Fermi restando i fondamentali diritti, soprattutto la contrattazione aziendale potrebbe condurre alla condivisione di attività rivolte a mantenere il collegamento tra il percorso materno e la vita dell’impresa in modo da evitare quella prolungata estraneità che diventa l’anticamera della rinuncia alla carriera. L’analisi di Maurizio Sacconi, già ministro del Lavoro e presidente degli Amici di Marco Biagi
Il principale quotidiano economico ha oggi dedicato il titolo di “testa” all’ulteriore crollo demografico prodotto nel 2020 dalla caduta delle nascite e dalla crescita dei decessi in conseguenza alla pandemia. Numerose associazioni hanno contemporaneamente promosso un Festival (virtuale) della Vita Nascente in parallelo alla presentazione da parte di parlamentari di varia appartenenza di disegni di legge per l’istituzione di una giornata nazionale dedicata al nostro futuro (demografico).
La prospettiva è drammatica e vi hanno concorso, a partire dalla metà degli anni ‘70, la modestia delle politiche pubbliche di sostegno e la diffusa promozione, nella stessa televisione pubblica, di stili di vita opposti alla scelta responsabile della procreazione. La stessa cultura d’impresa, che nel pensiero unico enfatizza il diversity management con riguardo all’orientamento sessuale dei dipendenti, non ha veramente assunto la natalità come parametro positivo di compimento della madre e della coppia. D’altronde, anche le politiche pubbliche e la contrattazione collettiva centralizzata hanno interpretato la maternità in termini di obblighi e vincoli.

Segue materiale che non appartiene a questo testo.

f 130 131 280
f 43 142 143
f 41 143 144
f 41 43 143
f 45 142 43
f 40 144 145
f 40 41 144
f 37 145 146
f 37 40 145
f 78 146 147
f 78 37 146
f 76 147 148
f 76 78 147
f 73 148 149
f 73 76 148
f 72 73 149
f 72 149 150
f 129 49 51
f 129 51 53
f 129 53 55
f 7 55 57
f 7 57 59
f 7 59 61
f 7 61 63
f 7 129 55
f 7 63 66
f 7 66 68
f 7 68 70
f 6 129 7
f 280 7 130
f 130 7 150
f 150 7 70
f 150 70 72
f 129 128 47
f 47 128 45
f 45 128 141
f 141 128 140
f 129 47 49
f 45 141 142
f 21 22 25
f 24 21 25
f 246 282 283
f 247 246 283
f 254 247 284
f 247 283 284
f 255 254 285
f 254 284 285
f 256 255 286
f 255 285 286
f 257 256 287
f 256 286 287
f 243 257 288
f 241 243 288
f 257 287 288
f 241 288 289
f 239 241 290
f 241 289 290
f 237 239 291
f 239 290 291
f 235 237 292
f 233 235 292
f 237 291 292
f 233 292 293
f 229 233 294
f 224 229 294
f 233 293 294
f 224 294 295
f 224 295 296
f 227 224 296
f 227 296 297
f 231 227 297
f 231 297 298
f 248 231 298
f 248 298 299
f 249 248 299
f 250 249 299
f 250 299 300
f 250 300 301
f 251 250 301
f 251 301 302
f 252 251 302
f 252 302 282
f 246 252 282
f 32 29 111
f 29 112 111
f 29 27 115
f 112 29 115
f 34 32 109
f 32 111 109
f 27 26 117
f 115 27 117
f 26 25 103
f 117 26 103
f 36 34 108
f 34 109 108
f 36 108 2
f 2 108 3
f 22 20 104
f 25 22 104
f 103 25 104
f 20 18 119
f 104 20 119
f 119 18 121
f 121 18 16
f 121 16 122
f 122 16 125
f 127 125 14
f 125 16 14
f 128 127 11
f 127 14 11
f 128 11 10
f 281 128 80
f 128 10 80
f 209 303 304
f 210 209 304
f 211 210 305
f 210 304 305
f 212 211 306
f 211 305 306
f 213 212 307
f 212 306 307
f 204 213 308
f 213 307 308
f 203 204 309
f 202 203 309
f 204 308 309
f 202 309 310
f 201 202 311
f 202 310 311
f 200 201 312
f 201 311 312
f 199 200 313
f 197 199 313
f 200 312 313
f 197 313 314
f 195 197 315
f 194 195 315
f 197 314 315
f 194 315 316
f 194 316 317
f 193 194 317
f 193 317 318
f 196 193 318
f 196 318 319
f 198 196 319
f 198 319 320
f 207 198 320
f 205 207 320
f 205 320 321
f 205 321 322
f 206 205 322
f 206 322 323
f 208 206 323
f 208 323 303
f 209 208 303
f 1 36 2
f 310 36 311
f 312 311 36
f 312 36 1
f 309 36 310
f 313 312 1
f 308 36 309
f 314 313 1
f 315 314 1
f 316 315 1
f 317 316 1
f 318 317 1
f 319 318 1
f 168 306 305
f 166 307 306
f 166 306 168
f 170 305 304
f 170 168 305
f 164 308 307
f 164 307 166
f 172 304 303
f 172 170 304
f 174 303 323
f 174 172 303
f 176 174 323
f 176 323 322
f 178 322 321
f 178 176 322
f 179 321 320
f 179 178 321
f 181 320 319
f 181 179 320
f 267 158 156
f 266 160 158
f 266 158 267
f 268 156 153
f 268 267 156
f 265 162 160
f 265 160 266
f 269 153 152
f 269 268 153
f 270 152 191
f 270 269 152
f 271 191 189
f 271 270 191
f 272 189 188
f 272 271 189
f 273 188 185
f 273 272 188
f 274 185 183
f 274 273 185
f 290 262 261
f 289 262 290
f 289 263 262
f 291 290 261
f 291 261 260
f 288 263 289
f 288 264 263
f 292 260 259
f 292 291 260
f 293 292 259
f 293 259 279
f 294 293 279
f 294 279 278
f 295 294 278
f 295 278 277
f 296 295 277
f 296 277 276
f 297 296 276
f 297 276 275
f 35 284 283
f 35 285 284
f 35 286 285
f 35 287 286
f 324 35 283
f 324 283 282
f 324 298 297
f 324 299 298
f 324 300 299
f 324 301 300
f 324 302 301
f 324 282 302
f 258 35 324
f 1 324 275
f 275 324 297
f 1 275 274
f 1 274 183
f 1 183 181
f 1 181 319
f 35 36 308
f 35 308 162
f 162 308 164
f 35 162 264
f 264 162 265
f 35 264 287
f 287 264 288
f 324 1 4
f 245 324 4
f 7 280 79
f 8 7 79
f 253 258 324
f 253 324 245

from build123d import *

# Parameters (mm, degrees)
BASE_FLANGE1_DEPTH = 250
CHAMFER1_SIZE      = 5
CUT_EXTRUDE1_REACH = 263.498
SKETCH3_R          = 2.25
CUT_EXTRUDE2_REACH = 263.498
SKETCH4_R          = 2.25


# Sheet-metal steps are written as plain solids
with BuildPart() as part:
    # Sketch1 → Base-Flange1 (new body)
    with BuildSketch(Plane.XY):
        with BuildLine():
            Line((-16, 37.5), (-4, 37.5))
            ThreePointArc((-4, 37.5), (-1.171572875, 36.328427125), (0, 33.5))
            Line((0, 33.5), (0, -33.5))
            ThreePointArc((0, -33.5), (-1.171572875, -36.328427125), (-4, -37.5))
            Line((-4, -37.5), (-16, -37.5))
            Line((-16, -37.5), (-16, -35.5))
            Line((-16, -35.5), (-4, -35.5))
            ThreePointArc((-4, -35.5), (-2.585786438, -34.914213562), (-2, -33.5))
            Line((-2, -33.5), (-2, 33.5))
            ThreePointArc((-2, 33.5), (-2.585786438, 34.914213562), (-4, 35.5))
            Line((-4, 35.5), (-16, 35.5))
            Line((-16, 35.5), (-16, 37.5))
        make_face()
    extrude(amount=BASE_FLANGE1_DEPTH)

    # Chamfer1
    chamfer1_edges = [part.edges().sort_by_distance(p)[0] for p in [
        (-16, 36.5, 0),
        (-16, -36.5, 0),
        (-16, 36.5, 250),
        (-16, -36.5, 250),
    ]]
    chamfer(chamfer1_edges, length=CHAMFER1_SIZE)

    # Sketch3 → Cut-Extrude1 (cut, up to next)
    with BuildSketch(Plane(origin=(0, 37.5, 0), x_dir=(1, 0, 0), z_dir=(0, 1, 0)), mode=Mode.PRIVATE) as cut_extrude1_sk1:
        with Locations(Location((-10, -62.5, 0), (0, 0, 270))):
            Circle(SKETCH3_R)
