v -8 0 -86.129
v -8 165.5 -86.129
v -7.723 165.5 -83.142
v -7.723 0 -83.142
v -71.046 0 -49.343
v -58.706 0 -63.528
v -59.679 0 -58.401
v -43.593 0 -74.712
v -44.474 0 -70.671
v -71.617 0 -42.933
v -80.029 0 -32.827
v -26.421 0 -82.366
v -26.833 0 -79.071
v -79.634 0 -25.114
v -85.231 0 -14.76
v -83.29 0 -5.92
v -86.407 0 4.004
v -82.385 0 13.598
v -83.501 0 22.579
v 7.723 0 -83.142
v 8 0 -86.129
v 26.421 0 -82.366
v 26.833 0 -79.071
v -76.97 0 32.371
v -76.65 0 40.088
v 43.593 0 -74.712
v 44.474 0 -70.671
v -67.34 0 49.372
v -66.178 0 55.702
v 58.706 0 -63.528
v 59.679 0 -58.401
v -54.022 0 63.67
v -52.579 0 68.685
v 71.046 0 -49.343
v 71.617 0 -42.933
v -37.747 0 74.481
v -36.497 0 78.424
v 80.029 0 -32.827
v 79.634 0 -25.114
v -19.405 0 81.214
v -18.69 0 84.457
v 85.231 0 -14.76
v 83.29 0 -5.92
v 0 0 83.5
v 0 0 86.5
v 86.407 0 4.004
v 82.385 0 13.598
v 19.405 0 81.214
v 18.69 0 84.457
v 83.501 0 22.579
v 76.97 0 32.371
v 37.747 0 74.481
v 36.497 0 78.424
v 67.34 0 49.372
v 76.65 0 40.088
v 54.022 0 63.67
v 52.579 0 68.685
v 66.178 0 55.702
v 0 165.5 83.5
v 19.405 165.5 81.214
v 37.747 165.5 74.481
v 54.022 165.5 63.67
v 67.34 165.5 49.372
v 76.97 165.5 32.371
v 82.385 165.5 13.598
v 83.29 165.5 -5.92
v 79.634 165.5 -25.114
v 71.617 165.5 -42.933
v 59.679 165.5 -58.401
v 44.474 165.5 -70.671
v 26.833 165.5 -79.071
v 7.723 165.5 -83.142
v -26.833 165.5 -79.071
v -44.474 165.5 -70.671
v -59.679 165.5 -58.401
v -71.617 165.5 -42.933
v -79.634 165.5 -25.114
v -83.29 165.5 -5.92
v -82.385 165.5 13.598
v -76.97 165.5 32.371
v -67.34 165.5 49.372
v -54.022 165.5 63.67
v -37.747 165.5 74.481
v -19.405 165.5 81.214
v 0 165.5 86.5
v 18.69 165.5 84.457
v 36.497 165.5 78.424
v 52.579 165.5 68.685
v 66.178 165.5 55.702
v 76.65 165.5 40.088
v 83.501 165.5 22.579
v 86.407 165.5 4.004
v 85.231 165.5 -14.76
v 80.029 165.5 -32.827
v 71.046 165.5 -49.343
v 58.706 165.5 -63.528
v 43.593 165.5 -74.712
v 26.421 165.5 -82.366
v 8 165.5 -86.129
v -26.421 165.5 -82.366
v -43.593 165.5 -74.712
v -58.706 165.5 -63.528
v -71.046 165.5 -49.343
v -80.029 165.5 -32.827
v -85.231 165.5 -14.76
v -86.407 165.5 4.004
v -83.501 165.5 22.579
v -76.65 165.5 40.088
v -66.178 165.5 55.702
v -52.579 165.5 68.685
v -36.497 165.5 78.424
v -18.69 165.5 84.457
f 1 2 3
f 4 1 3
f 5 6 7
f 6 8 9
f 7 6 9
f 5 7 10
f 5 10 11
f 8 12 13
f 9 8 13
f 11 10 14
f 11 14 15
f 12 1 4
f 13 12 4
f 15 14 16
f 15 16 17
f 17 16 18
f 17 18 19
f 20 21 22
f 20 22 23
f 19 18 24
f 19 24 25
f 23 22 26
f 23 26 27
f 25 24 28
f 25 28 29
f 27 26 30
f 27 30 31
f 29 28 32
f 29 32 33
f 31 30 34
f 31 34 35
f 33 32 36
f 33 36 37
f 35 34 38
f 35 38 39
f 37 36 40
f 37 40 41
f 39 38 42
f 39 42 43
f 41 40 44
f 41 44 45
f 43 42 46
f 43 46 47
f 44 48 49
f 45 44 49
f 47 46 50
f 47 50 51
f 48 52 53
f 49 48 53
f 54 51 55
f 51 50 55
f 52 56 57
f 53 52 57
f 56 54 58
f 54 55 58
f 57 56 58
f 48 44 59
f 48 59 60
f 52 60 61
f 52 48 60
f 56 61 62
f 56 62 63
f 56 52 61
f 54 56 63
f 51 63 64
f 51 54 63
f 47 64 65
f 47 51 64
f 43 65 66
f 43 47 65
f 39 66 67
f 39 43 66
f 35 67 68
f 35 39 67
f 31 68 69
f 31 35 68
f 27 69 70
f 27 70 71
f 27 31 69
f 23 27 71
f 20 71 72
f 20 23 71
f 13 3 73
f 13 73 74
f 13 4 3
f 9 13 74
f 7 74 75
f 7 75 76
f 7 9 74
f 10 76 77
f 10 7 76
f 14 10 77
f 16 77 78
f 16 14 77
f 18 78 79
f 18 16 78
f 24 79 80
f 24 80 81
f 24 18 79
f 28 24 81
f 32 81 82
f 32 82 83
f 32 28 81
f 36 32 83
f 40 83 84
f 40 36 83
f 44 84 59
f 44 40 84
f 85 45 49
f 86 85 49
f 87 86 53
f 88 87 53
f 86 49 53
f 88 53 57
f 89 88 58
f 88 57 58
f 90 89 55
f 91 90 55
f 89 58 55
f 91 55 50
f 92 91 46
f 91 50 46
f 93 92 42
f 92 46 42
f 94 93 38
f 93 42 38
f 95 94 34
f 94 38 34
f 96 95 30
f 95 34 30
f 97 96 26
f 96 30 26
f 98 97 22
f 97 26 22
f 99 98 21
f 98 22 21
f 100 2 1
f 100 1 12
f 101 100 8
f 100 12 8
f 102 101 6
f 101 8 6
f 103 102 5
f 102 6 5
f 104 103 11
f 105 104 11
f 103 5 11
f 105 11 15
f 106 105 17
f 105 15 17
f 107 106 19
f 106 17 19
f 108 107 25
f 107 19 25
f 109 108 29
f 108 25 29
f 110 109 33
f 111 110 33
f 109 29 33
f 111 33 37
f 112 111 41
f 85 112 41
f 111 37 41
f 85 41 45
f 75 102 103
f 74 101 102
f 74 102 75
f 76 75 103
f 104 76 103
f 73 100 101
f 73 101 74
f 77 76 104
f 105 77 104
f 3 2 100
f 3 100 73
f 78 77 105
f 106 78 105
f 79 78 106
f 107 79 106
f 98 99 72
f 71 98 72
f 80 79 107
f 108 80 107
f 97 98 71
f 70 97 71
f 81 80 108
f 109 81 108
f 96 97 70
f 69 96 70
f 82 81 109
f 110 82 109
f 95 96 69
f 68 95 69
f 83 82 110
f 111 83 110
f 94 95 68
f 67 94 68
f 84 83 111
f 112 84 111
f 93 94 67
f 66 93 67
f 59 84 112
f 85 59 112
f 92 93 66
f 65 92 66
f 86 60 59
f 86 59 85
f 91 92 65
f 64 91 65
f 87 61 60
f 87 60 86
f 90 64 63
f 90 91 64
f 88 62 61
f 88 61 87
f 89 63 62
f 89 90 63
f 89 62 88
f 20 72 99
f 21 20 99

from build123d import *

# Parameters (mm, degrees)
SKETCH_1_R               = 86.5
SKETCH_1_R_2             = 83.5
EXTRUDE_1_DEPTH          = 165.5
CUT_EXTRUDE_1_DEPTH      = 206.802696775
CUT_EXTRUDE_1_DEPTH_BACK = 206.802696775


with BuildPart() as part:
    # Эскиз1 → Бобышка-Вытянуть1 (new body)
    with BuildSketch(Plane(origin=(0, 0, 0), x_dir=(1, 0, 0), z_dir=(0, 1, 0))):
        with Locations(Location((0, 0, 0), (0, 0, 270))):
            Circle(SKETCH_1_R)
        with Locations(Location((0, 0, 0), (0, 0, 270))):
            Circle(SKETCH_1_R_2, mode=Mode.SUBTRACT)
    extrude(amount=EXTRUDE_1_DEPTH)

    # Эскиз2 → Вырез-Вытянуть1 (cut, two sides: drawn at the far end of the back side and taken through both)
    with BuildSketch(Plane(origin=(0, 165.5, 0), x_dir=(1, 0, 0), z_dir=(0, 1, 0)).offset(-CUT_EXTRUDE_1_DEPTH_BACK)):
        with BuildLine():
            Line((-8, 86.12926332), (-7.722543353, 83.142121239))
            ThreePointArc((-7.722543353, 83.142121239), (0, 83.5), (7.722543353, 83.142121239))
            Line((7.722543353, 83.142121239), (8, 86.12926332))
            ThreePointArc((8, 86.12926332), (0, 86.5), (-8, 86.12926332))
        make_face()
    extrude(amount=CUT_EXTRUDE_1_DEPTH + CUT_EXTRUDE_1_DEPTH_BACK, mode=Mode.SUBTRACT)


solid = part.part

Al contrario, fermi restando i fondamentali diritti, soprattutto la contrattazione aziendale potrebbe condurre alla condivisione di attività rivolte a mantenere il collegamento tra il percorso materno e la vita dell’impresa in modo da evitare quella prolungata estraneità che diventa l’anticamera della rinuncia alla carriera. Informazione, formazione, coinvolgimento costante possono invece rappresentare strumenti utili a che l’impresa riconosca poi l’evoluzione genitoriale del “saper essere”. E comunque accordi che affermano il valore della maternità concorrono ad una cultura della vitalità in parallelo ad azioni pubbliche ben più decise.
Il piano delle riforme, le risorse europee per la ripresa, non possono non assumere l’obiettivo primario del riequilibrio demografico. A questo proposito, a stralcio della stessa riforma fiscale, servirebbe subito una disciplina di marcato favore per le famiglie numerose e la rapida diffusione di servizi di cura per l’infanzia, inclusi quelli condominiali delle “mamme di giorno”.
A fine anno si conclude poi la sperimentazione di “quota 100” per l’uscita flessibile dal mercato del lavoro. Il paradosso ha voluto che la parità di genere sia stata applicata a partire dall’età di pensione dimenticando che le donne adulte (e spesso anche le più giovani come abbiamo constatato nella pandemia) sono ancora penalizzate da percorsi lavorativi discontinui per cui anzianità anagrafica e contributiva coincidono. A differenza degli uomini. Avrebbe quindi senso immaginare una proroga della disciplina transitoria per le donne. Tutte le donne perché tutte hanno dovuto sostenere ruoli rilevanti per la comunità ma non sufficientemente riconosciuti e premiati.
La crisi demografica ci impone di ripartire dalla consapevolezza delle differenze di genere e dalla insostituibile funzione del “materno”.